Exercise goal: Reproduce, without any change, the span of lines from the opening of the records below to the line containing "#9=(NAMED_UNIT(*)PLANE_ANGLE_UNIT()SI_UNIT($,.RADIAN.));", inclusive.
○ ○ ○
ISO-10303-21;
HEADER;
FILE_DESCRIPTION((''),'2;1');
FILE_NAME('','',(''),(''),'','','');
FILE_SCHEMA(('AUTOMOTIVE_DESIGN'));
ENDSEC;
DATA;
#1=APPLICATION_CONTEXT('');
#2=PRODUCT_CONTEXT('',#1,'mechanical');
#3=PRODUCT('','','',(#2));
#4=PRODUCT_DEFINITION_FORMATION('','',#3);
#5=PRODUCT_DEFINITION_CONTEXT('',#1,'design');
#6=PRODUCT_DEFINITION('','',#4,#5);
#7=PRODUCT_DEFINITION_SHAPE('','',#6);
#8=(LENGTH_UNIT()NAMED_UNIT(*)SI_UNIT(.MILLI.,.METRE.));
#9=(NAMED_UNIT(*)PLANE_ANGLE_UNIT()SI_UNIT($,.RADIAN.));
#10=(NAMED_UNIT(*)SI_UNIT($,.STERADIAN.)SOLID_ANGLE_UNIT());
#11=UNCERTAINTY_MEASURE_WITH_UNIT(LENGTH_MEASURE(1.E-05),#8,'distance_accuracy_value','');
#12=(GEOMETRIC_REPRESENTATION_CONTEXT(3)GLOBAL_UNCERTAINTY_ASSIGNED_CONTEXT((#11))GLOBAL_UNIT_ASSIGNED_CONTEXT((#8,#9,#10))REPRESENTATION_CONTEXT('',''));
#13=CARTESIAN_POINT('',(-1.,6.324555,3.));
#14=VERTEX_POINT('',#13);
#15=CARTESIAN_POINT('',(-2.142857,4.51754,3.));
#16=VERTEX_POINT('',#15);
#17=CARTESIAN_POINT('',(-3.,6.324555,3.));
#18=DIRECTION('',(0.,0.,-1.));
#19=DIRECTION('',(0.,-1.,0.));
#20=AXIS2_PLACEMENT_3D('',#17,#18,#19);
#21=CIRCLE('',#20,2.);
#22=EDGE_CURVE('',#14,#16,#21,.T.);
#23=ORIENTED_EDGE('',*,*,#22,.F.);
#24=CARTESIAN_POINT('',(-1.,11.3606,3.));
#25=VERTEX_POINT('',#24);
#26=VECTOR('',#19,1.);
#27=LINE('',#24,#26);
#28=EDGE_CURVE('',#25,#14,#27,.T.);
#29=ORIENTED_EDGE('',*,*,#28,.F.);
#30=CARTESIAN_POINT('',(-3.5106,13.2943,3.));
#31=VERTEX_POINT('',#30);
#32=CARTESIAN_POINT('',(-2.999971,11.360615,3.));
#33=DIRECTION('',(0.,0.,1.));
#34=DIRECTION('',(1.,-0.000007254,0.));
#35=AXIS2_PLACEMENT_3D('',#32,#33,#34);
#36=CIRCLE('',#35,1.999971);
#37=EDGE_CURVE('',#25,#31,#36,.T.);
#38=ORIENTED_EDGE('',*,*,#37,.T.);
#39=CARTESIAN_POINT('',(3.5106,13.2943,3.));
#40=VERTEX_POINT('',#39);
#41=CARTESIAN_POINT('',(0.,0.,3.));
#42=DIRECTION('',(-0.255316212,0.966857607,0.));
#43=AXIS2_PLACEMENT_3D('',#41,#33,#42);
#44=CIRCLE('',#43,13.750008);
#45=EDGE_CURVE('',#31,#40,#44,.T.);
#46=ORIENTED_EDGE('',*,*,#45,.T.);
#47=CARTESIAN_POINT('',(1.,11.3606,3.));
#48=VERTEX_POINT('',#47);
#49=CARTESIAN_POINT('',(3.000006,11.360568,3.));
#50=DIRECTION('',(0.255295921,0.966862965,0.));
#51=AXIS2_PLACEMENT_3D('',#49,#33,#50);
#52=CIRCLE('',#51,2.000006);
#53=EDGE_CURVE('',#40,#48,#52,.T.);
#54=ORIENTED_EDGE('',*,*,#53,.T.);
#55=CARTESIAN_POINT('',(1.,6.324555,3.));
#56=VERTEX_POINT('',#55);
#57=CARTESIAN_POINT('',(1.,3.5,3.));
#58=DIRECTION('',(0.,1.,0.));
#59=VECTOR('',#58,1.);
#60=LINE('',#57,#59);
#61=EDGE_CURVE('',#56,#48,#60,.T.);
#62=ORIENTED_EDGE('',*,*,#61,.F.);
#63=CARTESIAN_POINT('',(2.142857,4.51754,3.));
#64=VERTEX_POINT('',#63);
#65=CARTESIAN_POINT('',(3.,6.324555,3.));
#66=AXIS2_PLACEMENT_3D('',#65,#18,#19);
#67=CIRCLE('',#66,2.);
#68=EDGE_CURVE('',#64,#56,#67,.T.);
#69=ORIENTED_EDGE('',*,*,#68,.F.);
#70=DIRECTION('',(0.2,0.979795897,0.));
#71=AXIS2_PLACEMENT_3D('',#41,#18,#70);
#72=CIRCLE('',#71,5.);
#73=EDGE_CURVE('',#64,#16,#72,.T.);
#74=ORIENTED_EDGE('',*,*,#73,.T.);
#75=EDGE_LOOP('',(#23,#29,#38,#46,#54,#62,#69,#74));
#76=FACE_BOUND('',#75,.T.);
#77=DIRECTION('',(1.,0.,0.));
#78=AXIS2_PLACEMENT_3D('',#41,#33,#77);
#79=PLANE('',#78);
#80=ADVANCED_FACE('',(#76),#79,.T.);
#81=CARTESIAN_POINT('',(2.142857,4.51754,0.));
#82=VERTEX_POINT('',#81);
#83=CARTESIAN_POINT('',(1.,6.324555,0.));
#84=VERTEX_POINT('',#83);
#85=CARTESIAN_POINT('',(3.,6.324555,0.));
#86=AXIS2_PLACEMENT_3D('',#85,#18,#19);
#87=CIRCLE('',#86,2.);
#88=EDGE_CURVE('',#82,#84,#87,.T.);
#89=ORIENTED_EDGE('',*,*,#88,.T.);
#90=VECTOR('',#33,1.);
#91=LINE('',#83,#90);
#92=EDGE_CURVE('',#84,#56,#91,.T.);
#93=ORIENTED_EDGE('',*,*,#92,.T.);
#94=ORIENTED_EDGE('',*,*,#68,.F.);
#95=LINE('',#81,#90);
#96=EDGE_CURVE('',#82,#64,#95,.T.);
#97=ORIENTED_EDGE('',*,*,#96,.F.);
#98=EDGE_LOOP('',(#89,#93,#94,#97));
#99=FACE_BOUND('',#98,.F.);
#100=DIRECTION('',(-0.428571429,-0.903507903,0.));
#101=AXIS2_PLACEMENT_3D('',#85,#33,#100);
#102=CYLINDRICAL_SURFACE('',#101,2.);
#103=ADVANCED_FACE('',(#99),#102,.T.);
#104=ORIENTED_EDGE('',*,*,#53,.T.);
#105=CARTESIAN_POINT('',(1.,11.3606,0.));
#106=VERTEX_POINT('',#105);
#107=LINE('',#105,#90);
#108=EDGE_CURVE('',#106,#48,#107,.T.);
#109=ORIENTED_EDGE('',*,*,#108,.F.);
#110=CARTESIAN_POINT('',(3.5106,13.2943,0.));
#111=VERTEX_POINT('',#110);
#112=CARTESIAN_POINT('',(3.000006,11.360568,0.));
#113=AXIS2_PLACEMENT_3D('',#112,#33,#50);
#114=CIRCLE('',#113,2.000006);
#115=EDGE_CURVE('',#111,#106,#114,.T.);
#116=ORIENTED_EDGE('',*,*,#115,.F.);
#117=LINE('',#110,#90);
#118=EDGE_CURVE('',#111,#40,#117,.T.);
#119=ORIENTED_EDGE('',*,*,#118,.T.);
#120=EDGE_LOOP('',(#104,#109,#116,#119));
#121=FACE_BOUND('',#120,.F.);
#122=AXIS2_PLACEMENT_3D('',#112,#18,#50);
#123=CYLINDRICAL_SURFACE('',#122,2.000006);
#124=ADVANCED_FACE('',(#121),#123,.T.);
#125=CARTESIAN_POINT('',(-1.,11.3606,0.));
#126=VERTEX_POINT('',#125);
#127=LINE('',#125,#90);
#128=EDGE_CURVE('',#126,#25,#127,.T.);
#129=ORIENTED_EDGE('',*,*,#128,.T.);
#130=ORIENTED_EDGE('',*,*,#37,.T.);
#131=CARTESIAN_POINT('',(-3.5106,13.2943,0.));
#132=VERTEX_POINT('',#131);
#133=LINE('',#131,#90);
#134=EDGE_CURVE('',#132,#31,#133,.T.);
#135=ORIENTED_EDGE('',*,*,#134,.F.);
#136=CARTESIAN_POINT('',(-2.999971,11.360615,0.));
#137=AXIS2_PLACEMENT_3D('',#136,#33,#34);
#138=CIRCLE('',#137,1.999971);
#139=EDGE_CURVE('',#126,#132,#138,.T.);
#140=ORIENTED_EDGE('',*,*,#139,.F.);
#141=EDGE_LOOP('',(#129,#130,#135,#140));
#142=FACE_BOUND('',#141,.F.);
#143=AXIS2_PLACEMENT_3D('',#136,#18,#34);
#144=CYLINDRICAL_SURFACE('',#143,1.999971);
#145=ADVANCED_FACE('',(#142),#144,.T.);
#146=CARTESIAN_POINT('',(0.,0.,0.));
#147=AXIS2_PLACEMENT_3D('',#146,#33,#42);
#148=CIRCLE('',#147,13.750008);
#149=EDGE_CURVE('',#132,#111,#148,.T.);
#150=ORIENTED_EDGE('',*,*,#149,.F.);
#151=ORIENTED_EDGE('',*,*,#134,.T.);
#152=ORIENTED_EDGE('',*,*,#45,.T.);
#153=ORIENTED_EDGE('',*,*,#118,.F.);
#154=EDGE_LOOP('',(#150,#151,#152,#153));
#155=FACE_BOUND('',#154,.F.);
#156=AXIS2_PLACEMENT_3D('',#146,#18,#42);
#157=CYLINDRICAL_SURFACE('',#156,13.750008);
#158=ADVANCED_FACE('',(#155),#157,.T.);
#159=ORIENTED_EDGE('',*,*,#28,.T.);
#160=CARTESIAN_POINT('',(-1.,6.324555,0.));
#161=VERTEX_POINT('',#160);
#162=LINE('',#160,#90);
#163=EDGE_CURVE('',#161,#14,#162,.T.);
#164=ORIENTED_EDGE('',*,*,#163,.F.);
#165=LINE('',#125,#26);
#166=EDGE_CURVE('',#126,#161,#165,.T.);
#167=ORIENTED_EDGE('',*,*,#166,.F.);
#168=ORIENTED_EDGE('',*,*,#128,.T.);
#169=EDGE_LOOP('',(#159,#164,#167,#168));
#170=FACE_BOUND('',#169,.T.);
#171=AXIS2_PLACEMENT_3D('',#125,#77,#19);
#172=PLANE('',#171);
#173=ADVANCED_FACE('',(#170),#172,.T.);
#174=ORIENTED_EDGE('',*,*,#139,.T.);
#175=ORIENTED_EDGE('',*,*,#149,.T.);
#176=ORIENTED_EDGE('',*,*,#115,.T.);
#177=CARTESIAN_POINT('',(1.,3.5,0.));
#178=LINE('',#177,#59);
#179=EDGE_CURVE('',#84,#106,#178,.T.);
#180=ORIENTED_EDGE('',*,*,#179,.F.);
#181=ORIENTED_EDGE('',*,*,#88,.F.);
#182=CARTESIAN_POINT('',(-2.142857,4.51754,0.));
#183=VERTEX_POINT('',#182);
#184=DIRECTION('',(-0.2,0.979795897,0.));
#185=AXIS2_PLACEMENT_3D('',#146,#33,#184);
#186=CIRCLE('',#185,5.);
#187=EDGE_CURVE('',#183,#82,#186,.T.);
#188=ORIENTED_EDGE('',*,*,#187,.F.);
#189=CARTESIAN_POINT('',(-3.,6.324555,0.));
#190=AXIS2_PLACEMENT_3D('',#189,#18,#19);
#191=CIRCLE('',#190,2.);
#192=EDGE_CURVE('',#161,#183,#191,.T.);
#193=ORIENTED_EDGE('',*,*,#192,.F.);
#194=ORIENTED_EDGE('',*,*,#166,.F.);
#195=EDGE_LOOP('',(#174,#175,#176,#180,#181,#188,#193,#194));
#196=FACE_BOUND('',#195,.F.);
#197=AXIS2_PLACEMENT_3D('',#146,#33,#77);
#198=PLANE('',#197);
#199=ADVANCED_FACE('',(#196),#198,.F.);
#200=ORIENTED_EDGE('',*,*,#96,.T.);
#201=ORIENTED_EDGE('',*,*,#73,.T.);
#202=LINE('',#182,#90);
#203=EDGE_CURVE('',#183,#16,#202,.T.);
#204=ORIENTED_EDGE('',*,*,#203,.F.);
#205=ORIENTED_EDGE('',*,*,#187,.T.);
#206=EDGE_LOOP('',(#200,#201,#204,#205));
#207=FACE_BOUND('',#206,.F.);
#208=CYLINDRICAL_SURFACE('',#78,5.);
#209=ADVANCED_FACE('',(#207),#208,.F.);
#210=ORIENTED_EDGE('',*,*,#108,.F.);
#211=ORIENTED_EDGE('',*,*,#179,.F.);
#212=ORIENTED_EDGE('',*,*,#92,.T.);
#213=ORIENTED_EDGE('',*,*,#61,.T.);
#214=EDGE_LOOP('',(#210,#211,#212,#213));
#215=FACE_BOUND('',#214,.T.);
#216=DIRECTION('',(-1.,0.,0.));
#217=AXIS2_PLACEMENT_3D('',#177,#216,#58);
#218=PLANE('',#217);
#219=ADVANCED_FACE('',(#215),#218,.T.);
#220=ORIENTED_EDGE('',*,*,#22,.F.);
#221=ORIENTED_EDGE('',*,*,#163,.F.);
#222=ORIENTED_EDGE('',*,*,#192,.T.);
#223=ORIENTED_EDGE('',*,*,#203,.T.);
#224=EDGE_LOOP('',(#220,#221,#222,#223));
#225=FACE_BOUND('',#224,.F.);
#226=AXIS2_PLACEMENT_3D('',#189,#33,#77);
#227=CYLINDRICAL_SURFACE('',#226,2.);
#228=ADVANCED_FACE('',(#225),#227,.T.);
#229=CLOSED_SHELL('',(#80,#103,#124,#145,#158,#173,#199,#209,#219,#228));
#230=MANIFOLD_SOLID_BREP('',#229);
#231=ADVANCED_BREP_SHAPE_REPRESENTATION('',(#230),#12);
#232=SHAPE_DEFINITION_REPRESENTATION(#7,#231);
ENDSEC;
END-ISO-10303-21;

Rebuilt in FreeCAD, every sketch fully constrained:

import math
import FreeCAD as App
import Part
import Sketcher

V = App.Vector
Q = App.Units.Quantity


def edges_at(feature, points):
    """Names of the edges that pass closest to the given points."""
    edges = feature.Shape.Edges
    near = lambda p: min(range(len(edges)), key=lambda i: edges[i].distToShape(Part.Vertex(*p))[0])
    return sorted({f"Edge{near(p) + 1}" for p in points})

doc = App.newDocument("Part")
params = doc.addObject("Spreadsheet::Sheet", "Params")
for row, (alias, value) in enumerate([
    ("sketch1_radius", "2 mm"),
    ("sketch1_radius2", "1 mm"),
    ("sketch1_radius3", "13.75 mm"),
    ("pad1_length", "3 mm"),
    ("sketch2_diameter", "10 mm"),
    ("fillet_radius", "2 mm"),
], start=1):
    params.set(f"A{row}", alias)
    params.set(f"B{row}", "=" + value)
    params.setAlias(f"B{row}", alias)

body = doc.addObject("PartDesign::Body", "Body")

# Sketch on XY plane
sketch1 = body.newObject("Sketcher::SketchObject", "Sketch")
sketch1.AttachmentSupport = (doc.getObject("XY_Plane"), [""])
sketch1.MapMode = "FlatFace"
sketch1.addGeometry(Part.ArcOfCircle(Part.Circle(V(-3, 11.3606, 0), V(0, 0, 1), 2), math.radians(0), math.radians(104.791536)), False)
sketch1.addGeometry(Part.ArcOfCircle(Part.Circle(V(0, 0, 0), V(0, 0, 1), 13.750008), math.radians(104.792323), math.radians(435.207677)), False)
sketch1.addGeometry(Part.ArcOfCircle(Part.Circle(V(3, 11.3606, 0), V(0, 0, 1), 1.999977), math.radians(75.208464), math.radians(180)), False)
sketch1.addGeometry(Part.LineSegment(V(1, 11.3606, 0), V(1, 3.5, 0)), False)
sketch1.addGeometry(Part.ArcOfCircle(Part.Circle(V(0, 3.5, 0), V(0, 0, 1), 1), math.radians(180), math.radians(360)), False)
sketch1.addGeometry(Part.LineSegment(V(-1, 3.5, 0), V(-1, 11.3606, 0)), False)
sketch1.addConstraint(Sketcher.Constraint("Tangent", 0, 2, 1, 1))
sketch1.addConstraint(Sketcher.Constraint("Tangent", 1, 2, 2, 1))
sketch1.addConstraint(Sketcher.Constraint("Tangent", 2, 2, 3, 1))
sketch1.addConstraint(Sketcher.Constraint("Tangent", 3, 2, 4, 2))
sketch1.addConstraint(Sketcher.Constraint("Tangent", 4, 1, 5, 1))
sketch1.addConstraint(Sketcher.Constraint("Tangent", 5, 2, 0, 1))
sketch1.addConstraint(Sketcher.Constraint("Vertical", 3))
sketch1.addConstraint(Sketcher.Constraint("Vertical", 5))
sketch1.addConstraint(Sketcher.Constraint("Coincident", 1, 3, -1, 1))
sketch1.addConstraint(Sketcher.Constraint("Equal", 0, 2))
sketch1.addConstraint(Sketcher.Constraint("PointOnObject", 4, 3, -2))
sketch1.addConstraint(Sketcher.Constraint("Radius", 0, Q("2 mm")))
sketch1.addConstraint(Sketcher.Constraint("Radius", 4, Q("1 mm")))
sketch1.addConstraint(Sketcher.Constraint("Radius", 1, Q("13.75 mm")))
sketch1.addConstraint(Sketcher.Constraint("DistanceY", -1, 1, 4, 3, Q("3.5 mm")))
sketch1.setExpression("Constraints[11]", "Params.sketch1_radius")
sketch1.setExpression("Constraints[12]", "Params.sketch1_radius2")
sketch1.setExpression("Constraints[13]", "Params.sketch1_radius3")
○ ○ ○
Written solution:
ISO-10303-21;
HEADER;
FILE_DESCRIPTION((''),'2;1');
FILE_NAME('','',(''),(''),'','','');
FILE_SCHEMA(('AUTOMOTIVE_DESIGN'));
ENDSEC;
DATA;
#1=APPLICATION_CONTEXT('');
#2=PRODUCT_CONTEXT('',#1,'mechanical');
#3=PRODUCT('','','',(#2));
#4=PRODUCT_DEFINITION_FORMATION('','',#3);
#5=PRODUCT_DEFINITION_CONTEXT('',#1,'design');
#6=PRODUCT_DEFINITION('','',#4,#5);
#7=PRODUCT_DEFINITION_SHAPE('','',#6);
#8=(LENGTH_UNIT()NAMED_UNIT(*)SI_UNIT(.MILLI.,.METRE.));
#9=(NAMED_UNIT(*)PLANE_ANGLE_UNIT()SI_UNIT($,.RADIAN.));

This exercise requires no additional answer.